═══ MATERIAL FOR THIS EXERCISE
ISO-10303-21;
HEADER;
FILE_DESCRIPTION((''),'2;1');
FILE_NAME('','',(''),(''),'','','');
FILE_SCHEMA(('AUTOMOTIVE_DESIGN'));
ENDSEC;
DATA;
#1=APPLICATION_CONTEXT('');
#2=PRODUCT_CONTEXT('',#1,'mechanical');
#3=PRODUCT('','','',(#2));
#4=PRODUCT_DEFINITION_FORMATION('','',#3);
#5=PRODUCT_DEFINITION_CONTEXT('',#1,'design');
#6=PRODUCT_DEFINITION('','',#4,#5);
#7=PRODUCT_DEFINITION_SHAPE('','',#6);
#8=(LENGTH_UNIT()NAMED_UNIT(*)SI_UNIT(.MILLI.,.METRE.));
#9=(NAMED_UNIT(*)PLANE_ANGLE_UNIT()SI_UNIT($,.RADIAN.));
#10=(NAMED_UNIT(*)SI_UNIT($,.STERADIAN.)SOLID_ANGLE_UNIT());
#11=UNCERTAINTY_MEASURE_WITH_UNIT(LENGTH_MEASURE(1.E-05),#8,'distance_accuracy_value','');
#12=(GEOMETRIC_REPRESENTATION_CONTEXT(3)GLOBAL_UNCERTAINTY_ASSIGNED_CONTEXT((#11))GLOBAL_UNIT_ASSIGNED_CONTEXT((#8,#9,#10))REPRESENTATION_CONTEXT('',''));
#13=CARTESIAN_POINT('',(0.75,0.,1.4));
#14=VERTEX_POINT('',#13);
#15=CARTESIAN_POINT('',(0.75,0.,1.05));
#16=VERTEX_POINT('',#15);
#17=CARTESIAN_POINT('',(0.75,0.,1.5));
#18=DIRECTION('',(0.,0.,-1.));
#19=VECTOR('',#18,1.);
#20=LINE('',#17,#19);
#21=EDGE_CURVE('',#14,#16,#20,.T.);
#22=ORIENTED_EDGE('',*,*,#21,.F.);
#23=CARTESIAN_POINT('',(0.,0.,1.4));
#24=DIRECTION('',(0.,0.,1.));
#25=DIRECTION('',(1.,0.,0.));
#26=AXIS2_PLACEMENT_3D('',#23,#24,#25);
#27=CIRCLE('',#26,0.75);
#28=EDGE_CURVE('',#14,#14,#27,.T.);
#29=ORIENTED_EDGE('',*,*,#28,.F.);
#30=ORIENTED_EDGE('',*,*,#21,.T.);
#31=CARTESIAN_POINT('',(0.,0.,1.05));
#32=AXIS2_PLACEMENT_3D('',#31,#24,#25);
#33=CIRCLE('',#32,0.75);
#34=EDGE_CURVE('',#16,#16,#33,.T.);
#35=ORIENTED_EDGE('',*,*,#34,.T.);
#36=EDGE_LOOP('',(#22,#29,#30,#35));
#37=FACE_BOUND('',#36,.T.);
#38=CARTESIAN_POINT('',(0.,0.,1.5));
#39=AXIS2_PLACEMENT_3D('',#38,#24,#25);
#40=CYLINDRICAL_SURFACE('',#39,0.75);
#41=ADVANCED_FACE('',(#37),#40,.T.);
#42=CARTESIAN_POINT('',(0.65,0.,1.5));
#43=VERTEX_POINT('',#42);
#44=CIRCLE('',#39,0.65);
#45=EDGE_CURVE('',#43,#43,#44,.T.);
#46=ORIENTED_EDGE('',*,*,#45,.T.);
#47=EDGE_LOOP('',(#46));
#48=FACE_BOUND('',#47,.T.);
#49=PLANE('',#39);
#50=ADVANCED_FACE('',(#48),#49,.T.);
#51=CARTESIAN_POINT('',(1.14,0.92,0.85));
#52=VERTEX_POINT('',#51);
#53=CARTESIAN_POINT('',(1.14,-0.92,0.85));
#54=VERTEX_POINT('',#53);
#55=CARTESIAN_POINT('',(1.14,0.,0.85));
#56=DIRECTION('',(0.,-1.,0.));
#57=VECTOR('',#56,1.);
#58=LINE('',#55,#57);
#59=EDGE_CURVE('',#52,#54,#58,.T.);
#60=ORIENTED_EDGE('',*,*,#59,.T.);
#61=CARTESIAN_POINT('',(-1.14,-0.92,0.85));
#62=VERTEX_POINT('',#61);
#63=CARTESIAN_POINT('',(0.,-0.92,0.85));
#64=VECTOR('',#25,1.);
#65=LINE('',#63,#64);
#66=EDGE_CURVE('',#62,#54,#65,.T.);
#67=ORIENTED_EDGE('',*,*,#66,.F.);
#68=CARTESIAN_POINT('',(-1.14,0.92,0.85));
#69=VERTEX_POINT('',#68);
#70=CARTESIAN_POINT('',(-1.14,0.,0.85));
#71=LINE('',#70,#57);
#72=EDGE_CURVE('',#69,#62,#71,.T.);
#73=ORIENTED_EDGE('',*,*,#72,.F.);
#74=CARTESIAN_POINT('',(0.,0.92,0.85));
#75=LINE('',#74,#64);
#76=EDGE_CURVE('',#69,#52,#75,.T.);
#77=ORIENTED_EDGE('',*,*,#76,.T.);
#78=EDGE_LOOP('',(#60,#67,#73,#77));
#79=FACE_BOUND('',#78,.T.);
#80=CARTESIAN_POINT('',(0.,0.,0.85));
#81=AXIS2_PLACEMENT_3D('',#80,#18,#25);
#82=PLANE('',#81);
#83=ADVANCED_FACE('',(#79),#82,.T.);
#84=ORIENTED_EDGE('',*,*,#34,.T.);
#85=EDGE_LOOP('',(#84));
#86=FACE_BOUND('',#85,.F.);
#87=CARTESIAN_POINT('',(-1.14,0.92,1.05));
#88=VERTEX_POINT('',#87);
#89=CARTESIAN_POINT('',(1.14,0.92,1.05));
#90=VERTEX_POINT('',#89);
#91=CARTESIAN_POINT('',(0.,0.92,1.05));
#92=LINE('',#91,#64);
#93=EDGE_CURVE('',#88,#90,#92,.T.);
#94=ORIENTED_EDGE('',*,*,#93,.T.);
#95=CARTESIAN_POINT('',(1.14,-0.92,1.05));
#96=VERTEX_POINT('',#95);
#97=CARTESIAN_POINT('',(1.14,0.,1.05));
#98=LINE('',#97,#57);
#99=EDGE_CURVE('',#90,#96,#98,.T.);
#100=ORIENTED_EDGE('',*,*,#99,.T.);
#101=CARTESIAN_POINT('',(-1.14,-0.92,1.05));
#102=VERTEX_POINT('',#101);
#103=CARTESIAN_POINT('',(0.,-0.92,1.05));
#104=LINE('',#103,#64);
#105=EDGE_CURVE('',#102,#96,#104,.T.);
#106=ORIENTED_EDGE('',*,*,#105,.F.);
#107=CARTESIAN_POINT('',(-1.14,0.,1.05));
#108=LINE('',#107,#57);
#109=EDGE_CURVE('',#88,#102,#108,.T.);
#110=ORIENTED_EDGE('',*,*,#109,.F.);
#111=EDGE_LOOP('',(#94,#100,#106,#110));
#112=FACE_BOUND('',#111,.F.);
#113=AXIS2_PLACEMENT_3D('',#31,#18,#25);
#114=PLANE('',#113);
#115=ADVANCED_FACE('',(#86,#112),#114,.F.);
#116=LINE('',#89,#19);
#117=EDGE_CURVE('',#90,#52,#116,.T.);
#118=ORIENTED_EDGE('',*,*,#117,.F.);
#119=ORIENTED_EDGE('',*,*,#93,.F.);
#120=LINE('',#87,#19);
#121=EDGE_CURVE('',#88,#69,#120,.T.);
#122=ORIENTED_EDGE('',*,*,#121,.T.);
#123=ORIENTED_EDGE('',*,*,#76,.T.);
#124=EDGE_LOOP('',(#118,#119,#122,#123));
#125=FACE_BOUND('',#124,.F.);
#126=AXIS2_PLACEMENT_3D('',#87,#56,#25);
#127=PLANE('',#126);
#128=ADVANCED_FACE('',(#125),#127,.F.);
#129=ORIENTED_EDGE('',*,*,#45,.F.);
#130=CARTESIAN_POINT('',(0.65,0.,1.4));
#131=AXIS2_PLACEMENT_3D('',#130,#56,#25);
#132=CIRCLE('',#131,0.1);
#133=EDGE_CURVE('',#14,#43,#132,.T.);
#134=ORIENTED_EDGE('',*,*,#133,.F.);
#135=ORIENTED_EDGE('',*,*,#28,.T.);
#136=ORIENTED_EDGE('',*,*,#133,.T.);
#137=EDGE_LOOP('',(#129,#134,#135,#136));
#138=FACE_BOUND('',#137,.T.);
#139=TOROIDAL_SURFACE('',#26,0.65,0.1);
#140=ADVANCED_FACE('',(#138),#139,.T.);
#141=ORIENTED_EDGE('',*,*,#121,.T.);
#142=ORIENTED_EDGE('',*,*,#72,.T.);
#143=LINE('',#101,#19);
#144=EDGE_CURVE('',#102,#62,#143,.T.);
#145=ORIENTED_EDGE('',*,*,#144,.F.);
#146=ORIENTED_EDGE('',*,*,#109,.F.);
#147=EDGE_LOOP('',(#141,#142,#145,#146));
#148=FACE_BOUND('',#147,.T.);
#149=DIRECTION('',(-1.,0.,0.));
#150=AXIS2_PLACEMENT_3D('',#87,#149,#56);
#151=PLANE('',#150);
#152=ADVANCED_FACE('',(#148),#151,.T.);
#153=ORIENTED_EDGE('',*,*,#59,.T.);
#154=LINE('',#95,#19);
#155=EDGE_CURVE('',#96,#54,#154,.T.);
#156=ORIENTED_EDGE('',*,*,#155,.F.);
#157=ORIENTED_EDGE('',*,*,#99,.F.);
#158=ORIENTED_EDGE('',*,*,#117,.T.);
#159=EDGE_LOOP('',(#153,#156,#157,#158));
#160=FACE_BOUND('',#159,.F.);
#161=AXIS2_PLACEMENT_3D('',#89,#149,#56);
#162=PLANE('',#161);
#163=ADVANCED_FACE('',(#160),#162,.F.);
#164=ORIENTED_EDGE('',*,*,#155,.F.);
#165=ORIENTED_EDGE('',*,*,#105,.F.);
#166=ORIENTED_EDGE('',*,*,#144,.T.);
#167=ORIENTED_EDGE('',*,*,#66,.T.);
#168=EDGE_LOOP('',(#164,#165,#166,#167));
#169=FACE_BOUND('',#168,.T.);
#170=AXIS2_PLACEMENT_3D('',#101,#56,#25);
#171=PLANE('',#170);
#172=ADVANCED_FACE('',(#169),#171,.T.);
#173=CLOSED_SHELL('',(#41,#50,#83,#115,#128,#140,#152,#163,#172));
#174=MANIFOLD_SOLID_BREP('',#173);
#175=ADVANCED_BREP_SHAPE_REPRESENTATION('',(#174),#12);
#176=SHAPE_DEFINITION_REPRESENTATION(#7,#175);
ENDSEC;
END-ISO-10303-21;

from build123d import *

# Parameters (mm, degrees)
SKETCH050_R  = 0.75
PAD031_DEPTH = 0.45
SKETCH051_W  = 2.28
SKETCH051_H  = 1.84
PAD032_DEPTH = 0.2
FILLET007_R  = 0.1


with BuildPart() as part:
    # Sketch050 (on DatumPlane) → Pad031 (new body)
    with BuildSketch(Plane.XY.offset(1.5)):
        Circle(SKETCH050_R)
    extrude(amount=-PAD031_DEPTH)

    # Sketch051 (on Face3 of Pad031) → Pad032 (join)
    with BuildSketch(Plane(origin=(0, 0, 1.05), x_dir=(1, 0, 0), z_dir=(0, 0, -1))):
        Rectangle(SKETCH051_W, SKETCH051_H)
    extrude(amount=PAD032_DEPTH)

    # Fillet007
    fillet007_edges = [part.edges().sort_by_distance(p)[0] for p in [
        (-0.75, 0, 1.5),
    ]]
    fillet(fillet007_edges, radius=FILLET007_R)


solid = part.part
══════
═══ MATERIAL FOR THIS EXERCISE
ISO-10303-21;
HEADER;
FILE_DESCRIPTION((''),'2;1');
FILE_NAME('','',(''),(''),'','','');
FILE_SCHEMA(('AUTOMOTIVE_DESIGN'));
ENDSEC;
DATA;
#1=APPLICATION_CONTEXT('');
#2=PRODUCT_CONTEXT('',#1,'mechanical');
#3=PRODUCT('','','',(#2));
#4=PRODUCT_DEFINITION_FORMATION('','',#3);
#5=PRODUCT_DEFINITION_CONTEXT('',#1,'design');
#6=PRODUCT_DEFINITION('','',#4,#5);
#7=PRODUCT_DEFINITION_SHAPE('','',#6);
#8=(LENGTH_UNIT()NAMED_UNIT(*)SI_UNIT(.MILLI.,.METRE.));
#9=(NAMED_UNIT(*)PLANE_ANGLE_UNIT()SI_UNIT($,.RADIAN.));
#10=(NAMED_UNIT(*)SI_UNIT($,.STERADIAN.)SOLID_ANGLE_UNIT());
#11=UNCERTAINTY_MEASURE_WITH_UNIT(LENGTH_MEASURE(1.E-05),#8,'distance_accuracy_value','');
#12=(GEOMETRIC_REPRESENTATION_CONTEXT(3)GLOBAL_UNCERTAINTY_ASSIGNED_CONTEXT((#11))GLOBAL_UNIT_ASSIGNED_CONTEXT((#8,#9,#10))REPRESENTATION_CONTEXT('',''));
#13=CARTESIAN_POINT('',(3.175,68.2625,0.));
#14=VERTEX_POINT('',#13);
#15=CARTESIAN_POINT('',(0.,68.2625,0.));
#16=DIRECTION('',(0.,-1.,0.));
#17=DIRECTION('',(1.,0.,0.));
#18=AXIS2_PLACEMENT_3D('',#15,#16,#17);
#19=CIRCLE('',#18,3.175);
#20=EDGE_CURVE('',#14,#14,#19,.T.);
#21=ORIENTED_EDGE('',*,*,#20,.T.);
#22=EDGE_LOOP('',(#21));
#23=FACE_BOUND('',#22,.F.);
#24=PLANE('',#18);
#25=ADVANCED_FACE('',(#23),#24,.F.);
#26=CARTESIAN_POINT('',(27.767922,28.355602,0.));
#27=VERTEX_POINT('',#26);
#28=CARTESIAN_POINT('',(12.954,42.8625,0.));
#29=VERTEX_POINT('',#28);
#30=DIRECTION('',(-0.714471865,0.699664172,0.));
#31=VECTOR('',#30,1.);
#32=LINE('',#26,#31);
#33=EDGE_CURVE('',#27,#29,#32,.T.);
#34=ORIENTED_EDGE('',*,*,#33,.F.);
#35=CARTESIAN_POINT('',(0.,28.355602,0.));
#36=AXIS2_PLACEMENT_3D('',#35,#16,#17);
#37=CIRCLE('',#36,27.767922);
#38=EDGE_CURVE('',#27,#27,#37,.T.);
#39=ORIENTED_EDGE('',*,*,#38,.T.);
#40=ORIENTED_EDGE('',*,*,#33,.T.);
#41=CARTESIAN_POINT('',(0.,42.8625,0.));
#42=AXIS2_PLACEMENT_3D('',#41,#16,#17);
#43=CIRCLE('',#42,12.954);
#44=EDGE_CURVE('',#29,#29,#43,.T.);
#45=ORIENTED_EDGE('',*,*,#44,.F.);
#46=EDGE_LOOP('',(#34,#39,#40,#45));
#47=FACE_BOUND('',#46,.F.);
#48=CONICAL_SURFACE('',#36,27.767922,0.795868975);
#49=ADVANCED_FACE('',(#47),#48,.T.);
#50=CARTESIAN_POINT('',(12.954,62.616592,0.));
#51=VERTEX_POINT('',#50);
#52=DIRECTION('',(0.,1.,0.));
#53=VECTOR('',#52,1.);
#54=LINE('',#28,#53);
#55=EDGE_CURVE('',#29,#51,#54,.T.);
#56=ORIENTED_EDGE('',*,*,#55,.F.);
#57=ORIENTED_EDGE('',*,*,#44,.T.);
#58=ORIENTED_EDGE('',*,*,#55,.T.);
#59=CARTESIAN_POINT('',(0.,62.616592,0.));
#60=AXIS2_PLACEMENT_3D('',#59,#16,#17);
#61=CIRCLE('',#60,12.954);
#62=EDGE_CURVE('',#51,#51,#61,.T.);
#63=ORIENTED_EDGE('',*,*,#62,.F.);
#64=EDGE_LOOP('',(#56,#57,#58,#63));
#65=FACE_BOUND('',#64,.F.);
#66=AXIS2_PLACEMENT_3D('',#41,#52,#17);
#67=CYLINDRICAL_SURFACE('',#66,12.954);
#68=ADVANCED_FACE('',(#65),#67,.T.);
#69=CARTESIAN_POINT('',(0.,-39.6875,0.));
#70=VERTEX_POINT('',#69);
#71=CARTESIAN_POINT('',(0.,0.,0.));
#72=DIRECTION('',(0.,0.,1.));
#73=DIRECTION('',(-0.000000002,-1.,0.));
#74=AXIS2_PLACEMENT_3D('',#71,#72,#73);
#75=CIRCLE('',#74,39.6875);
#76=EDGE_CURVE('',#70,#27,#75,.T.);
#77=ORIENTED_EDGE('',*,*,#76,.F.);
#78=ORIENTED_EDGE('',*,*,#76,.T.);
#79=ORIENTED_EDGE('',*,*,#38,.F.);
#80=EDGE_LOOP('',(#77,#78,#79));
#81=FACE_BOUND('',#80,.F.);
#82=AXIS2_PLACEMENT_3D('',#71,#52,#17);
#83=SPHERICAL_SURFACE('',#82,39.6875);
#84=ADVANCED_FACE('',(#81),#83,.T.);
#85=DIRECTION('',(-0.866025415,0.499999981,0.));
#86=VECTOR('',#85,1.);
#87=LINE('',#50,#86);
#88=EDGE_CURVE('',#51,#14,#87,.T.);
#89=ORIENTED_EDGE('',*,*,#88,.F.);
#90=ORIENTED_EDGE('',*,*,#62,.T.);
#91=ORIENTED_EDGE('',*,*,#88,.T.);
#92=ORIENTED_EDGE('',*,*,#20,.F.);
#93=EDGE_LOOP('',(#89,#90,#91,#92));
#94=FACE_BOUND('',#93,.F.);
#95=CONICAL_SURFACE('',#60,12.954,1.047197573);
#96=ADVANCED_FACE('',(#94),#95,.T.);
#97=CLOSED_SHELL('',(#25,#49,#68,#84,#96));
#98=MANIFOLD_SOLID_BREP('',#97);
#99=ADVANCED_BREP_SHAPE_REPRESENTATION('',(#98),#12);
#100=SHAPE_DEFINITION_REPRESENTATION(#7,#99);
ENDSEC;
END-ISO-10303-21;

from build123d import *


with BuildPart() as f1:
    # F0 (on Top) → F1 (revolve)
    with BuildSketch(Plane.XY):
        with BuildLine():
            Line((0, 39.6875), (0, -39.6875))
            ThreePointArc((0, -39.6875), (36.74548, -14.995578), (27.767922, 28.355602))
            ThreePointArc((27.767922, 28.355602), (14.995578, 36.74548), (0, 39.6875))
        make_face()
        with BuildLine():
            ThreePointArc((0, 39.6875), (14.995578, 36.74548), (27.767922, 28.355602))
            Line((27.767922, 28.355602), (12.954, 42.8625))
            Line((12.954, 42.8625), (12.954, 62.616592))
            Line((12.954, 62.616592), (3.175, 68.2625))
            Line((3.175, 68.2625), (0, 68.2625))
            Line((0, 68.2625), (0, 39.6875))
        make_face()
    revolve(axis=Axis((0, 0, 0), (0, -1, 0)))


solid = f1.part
══════
__EXERCISE REQUIREMENTS__. Of the lines above, retype only those from the line containing "#115=ADVANCED_FACE('',(#86,#112),#114,.F.);" through the line containing "#132=CIRCLE('',#131,0.1);", including both, exactly.

__RESULT__.
#115=ADVANCED_FACE('',(#86,#112),#114,.F.);
#116=LINE('',#89,#19);
#117=EDGE_CURVE('',#90,#52,#116,.T.);
#118=ORIENTED_EDGE('',*,*,#117,.F.);
#119=ORIENTED_EDGE('',*,*,#93,.F.);
#120=LINE('',#87,#19);
#121=EDGE_CURVE('',#88,#69,#120,.T.);
#122=ORIENTED_EDGE('',*,*,#121,.T.);
#123=ORIENTED_EDGE('',*,*,#76,.T.);
#124=EDGE_LOOP('',(#118,#119,#122,#123));
#125=FACE_BOUND('',#124,.F.);
#126=AXIS2_PLACEMENT_3D('',#87,#56,#25);
#127=PLANE('',#126);
#128=ADVANCED_FACE('',(#125),#127,.F.);
#129=ORIENTED_EDGE('',*,*,#45,.F.);
#130=CARTESIAN_POINT('',(0.65,0.,1.4));
#131=AXIS2_PLACEMENT_3D('',#130,#56,#25);
#132=CIRCLE('',#131,0.1);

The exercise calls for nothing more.